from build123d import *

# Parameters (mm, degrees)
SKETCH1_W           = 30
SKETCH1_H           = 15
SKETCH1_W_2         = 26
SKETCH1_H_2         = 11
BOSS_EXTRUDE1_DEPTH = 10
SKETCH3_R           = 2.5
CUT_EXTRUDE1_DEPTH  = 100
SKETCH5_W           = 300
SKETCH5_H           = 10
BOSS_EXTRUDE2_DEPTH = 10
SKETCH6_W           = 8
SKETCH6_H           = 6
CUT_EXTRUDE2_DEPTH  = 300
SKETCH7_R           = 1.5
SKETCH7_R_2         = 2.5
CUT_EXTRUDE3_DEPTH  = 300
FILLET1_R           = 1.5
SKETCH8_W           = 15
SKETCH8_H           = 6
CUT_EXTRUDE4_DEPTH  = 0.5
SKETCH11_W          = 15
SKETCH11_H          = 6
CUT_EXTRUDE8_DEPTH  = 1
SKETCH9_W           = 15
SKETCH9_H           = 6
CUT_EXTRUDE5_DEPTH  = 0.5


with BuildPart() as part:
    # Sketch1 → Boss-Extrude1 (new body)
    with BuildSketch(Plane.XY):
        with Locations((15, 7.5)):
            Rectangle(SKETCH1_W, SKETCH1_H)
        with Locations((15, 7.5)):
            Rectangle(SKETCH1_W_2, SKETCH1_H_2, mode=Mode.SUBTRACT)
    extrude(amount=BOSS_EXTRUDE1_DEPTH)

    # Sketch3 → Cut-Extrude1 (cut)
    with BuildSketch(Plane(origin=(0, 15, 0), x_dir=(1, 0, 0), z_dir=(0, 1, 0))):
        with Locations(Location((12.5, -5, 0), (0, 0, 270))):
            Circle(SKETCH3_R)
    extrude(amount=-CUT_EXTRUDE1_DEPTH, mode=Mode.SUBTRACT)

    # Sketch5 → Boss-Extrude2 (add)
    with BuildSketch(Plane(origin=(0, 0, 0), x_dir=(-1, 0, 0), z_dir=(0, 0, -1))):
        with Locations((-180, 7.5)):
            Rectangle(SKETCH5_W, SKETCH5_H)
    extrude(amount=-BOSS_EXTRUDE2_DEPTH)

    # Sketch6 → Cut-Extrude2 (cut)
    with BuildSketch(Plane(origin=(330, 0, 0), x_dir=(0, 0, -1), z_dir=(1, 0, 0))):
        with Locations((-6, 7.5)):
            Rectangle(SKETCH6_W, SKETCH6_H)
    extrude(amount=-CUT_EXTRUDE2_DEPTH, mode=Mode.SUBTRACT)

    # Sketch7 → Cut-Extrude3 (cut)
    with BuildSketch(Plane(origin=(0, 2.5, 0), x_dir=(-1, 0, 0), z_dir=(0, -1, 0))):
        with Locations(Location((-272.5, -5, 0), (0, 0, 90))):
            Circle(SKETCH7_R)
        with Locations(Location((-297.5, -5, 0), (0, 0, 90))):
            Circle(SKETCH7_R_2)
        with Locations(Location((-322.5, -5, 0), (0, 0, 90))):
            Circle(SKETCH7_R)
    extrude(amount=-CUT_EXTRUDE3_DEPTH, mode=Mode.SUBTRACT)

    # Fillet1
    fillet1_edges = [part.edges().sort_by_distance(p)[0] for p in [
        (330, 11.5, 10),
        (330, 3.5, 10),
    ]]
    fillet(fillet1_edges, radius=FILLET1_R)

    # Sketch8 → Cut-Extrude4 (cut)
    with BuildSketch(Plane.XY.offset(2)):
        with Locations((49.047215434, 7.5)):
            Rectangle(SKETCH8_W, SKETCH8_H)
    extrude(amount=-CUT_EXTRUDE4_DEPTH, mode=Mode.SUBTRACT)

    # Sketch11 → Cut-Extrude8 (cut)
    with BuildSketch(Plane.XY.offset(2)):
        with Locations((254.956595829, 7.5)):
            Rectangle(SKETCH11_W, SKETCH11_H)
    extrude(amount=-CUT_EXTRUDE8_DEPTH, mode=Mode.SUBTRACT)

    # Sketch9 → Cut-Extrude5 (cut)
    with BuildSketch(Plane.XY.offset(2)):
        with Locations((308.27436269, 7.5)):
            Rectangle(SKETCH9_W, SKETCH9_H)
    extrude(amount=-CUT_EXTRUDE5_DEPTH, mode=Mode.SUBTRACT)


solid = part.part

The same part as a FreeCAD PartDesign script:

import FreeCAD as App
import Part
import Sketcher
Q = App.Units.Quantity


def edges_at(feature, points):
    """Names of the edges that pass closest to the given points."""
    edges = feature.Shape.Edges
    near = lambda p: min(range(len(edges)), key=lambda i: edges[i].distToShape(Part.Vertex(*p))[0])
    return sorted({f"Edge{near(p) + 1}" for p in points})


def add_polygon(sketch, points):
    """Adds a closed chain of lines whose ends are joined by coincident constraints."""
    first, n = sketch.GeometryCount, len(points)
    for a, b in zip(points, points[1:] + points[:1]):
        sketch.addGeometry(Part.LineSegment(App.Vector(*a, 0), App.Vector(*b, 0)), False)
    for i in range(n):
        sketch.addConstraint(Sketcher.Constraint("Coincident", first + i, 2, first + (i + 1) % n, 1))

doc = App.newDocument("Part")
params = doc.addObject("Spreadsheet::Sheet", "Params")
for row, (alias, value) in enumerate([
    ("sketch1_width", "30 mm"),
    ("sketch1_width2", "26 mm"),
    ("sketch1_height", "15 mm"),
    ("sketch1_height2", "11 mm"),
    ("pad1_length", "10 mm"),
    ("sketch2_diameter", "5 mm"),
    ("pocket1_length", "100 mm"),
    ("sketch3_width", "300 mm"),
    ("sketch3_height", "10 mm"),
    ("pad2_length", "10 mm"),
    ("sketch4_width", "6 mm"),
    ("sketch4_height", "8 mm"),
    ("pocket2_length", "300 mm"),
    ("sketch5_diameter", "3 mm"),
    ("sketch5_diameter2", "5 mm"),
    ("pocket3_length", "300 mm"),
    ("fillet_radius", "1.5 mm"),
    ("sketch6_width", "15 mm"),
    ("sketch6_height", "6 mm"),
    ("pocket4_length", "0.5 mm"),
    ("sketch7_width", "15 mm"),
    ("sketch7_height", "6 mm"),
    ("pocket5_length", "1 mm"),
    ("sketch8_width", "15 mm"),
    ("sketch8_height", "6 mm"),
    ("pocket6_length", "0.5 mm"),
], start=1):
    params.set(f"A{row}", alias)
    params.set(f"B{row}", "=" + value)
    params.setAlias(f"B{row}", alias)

==

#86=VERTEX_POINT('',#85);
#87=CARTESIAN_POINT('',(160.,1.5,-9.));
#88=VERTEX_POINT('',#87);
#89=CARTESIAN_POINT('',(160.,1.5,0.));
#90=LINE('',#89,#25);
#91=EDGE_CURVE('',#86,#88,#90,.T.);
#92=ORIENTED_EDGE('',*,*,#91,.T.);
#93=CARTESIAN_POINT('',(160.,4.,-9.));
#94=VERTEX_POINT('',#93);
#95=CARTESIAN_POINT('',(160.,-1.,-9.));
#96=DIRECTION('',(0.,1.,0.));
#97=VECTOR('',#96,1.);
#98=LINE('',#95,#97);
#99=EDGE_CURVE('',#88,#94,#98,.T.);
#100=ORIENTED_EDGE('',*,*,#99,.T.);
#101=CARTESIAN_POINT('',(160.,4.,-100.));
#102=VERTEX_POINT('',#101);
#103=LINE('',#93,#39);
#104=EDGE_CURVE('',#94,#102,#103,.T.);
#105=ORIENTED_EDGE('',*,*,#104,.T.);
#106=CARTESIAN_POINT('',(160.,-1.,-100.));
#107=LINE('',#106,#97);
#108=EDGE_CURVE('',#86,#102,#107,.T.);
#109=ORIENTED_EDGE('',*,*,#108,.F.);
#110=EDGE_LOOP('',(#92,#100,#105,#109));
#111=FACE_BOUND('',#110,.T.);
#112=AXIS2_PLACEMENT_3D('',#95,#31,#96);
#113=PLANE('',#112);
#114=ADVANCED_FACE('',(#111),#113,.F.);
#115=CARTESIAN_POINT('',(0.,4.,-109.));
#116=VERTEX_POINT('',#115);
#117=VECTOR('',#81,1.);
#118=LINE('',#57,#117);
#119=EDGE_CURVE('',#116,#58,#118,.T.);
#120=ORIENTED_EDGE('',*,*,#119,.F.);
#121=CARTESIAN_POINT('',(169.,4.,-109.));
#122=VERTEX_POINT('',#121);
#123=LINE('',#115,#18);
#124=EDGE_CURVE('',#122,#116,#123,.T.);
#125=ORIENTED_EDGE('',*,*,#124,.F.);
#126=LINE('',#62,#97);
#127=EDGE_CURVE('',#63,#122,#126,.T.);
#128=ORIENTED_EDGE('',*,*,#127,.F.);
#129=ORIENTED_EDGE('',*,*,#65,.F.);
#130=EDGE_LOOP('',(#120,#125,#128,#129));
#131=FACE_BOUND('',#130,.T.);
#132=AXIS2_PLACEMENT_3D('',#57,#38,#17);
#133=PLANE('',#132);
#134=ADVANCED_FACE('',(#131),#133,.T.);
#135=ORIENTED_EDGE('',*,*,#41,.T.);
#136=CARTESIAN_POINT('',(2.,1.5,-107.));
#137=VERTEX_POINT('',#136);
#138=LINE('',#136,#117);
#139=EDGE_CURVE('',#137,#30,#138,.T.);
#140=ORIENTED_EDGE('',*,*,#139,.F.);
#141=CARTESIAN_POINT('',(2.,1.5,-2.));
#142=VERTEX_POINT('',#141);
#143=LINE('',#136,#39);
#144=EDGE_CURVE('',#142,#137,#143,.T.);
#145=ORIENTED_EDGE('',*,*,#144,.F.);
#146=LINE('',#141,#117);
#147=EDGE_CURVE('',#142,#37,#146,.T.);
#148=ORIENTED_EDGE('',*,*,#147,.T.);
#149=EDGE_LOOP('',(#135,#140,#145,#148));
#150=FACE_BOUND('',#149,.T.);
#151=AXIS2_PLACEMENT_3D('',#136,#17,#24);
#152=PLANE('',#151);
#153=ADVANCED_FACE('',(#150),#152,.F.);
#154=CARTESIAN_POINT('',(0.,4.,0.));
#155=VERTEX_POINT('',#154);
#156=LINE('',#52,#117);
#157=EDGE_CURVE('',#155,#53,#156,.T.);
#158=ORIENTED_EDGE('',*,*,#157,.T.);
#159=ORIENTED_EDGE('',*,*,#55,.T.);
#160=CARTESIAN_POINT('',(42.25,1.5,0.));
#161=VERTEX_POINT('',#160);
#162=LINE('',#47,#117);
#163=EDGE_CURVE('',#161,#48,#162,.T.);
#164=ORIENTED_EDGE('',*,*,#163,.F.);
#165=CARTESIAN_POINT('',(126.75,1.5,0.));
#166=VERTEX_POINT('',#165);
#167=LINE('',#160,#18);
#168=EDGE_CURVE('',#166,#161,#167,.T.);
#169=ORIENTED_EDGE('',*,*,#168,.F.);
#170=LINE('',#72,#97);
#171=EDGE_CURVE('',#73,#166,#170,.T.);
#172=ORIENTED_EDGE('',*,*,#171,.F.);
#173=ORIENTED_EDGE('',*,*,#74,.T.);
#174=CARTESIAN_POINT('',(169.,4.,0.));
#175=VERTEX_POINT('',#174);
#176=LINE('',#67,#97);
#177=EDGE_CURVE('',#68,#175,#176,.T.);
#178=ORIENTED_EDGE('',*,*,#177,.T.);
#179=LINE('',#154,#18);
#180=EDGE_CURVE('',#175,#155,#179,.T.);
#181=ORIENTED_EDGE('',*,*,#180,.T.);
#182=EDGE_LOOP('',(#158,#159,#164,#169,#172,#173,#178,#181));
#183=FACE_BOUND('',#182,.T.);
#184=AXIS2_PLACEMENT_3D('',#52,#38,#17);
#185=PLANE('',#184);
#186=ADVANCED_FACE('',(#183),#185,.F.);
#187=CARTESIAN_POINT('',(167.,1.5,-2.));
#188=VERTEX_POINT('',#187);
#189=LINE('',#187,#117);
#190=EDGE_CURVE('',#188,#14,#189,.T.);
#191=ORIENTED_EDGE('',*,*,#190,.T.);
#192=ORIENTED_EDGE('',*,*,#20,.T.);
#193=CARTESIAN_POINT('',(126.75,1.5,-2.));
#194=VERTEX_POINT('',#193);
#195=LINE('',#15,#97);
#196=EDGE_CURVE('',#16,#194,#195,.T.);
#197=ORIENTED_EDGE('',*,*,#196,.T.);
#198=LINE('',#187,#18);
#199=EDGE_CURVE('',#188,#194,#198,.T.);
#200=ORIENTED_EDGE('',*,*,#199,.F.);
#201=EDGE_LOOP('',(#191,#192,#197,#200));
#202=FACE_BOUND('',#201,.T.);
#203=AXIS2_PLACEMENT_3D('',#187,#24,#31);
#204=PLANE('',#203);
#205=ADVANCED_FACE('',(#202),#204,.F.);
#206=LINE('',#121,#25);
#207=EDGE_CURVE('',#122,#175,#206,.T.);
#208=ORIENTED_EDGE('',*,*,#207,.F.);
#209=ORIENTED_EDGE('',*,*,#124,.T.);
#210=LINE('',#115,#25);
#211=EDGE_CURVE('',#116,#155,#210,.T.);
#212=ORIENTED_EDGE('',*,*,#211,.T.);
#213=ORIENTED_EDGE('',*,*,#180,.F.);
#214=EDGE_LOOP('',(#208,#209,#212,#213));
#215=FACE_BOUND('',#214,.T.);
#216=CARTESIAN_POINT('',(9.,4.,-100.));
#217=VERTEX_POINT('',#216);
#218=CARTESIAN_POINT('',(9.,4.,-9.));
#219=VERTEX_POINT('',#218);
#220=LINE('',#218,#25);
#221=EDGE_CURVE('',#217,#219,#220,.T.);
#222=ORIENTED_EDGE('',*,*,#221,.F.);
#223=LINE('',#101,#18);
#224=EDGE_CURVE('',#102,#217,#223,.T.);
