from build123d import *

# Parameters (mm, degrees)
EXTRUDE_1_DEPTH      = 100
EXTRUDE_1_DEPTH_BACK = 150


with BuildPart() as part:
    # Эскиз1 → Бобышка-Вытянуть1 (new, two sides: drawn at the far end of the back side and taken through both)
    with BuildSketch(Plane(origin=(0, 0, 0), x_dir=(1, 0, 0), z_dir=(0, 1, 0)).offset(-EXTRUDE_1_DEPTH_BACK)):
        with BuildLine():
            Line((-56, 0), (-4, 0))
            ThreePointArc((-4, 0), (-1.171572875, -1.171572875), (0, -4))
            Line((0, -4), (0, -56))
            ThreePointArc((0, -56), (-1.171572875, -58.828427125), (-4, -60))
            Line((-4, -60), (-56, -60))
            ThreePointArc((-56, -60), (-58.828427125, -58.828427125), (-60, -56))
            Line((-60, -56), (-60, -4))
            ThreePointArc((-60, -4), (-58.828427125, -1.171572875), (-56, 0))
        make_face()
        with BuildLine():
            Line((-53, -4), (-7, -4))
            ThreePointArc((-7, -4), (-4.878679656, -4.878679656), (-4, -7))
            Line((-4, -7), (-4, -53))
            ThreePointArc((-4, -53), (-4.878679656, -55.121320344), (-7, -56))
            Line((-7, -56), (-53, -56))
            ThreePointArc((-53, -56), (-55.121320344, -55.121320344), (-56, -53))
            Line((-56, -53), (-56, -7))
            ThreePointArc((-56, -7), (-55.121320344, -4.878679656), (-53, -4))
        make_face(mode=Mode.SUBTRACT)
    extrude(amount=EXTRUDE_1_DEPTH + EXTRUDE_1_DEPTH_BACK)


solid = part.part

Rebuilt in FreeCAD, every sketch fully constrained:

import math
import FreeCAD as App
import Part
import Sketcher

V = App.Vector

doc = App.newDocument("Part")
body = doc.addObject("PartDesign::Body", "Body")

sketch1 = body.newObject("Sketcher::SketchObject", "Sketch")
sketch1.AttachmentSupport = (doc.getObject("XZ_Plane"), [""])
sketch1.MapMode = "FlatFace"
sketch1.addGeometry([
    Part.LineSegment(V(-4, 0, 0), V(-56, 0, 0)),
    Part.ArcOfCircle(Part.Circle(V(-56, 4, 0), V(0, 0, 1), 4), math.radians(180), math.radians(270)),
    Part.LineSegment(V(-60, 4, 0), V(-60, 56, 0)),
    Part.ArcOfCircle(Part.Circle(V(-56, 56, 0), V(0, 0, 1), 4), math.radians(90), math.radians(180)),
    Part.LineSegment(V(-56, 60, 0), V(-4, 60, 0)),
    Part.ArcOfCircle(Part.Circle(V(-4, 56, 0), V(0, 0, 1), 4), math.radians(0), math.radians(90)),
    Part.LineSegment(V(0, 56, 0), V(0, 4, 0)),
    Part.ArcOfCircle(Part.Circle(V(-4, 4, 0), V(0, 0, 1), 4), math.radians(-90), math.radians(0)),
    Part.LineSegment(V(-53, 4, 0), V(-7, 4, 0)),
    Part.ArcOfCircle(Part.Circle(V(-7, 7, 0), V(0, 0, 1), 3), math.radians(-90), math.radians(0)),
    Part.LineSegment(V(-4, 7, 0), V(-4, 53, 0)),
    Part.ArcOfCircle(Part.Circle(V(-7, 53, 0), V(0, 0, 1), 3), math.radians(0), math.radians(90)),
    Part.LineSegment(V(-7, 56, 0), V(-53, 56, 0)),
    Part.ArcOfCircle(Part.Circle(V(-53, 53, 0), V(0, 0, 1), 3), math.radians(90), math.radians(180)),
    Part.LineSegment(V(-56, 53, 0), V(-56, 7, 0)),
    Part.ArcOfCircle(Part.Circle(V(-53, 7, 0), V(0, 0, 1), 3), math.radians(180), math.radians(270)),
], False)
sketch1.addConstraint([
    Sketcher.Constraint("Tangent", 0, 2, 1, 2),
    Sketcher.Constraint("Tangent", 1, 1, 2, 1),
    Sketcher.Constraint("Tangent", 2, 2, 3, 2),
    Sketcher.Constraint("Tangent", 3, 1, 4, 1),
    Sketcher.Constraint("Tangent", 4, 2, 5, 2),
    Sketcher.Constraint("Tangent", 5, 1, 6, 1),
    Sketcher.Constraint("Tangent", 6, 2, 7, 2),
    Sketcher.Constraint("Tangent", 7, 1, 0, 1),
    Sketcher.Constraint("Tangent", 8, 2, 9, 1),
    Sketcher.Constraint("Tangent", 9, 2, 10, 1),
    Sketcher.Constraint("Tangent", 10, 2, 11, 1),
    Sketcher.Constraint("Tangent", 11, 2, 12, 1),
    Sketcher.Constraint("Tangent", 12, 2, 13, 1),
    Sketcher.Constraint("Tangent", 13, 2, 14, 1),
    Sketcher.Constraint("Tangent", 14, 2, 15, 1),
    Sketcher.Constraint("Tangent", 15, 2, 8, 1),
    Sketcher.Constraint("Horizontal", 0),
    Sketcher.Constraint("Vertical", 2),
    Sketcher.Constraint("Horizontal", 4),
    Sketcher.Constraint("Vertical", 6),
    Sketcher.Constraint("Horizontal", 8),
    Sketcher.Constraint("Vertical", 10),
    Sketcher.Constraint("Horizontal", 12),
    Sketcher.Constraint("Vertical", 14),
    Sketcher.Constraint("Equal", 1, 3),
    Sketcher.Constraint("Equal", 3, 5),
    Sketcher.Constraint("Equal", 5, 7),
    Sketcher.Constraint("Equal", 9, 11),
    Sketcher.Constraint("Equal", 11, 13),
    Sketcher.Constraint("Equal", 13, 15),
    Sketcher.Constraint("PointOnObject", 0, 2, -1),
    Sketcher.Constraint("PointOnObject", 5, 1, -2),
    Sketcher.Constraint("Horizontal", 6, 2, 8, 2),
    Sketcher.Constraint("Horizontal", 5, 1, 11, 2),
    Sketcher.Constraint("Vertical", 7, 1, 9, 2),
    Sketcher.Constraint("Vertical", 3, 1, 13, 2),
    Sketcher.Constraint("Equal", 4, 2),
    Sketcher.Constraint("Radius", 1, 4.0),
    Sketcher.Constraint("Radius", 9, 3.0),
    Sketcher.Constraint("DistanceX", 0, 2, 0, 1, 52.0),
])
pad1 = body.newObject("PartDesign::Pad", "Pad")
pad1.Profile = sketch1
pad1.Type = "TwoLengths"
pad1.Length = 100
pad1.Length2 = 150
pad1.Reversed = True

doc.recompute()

_Task details_
All lines above from the one holding "#108=EDGE_CURVE('',#86,#102,#107,.T.);" to the one holding "#127=EDGE_CURVE('',#63,#122,#126,.T.);", inclusive, are to be copied exactly; no other line is wanted.

_Your solution_
#108=EDGE_CURVE('',#86,#102,#107,.T.);
#109=ORIENTED_EDGE('',*,*,#108,.F.);
#110=EDGE_LOOP('',(#92,#100,#105,#109));
#111=FACE_BOUND('',#110,.T.);
#112=AXIS2_PLACEMENT_3D('',#95,#31,#96);
#113=PLANE('',#112);
#114=ADVANCED_FACE('',(#111),#113,.F.);
#115=CARTESIAN_POINT('',(0.,4.,-109.));
#116=VERTEX_POINT('',#115);
#117=VECTOR('',#81,1.);
#118=LINE('',#57,#117);
#119=EDGE_CURVE('',#116,#58,#118,.T.);
#120=ORIENTED_EDGE('',*,*,#119,.F.);
#121=CARTESIAN_POINT('',(169.,4.,-109.));
#122=VERTEX_POINT('',#121);
#123=LINE('',#115,#18);
#124=EDGE_CURVE('',#122,#116,#123,.T.);
#125=ORIENTED_EDGE('',*,*,#124,.F.);
#126=LINE('',#62,#97);
#127=EDGE_CURVE('',#63,#122,#126,.T.);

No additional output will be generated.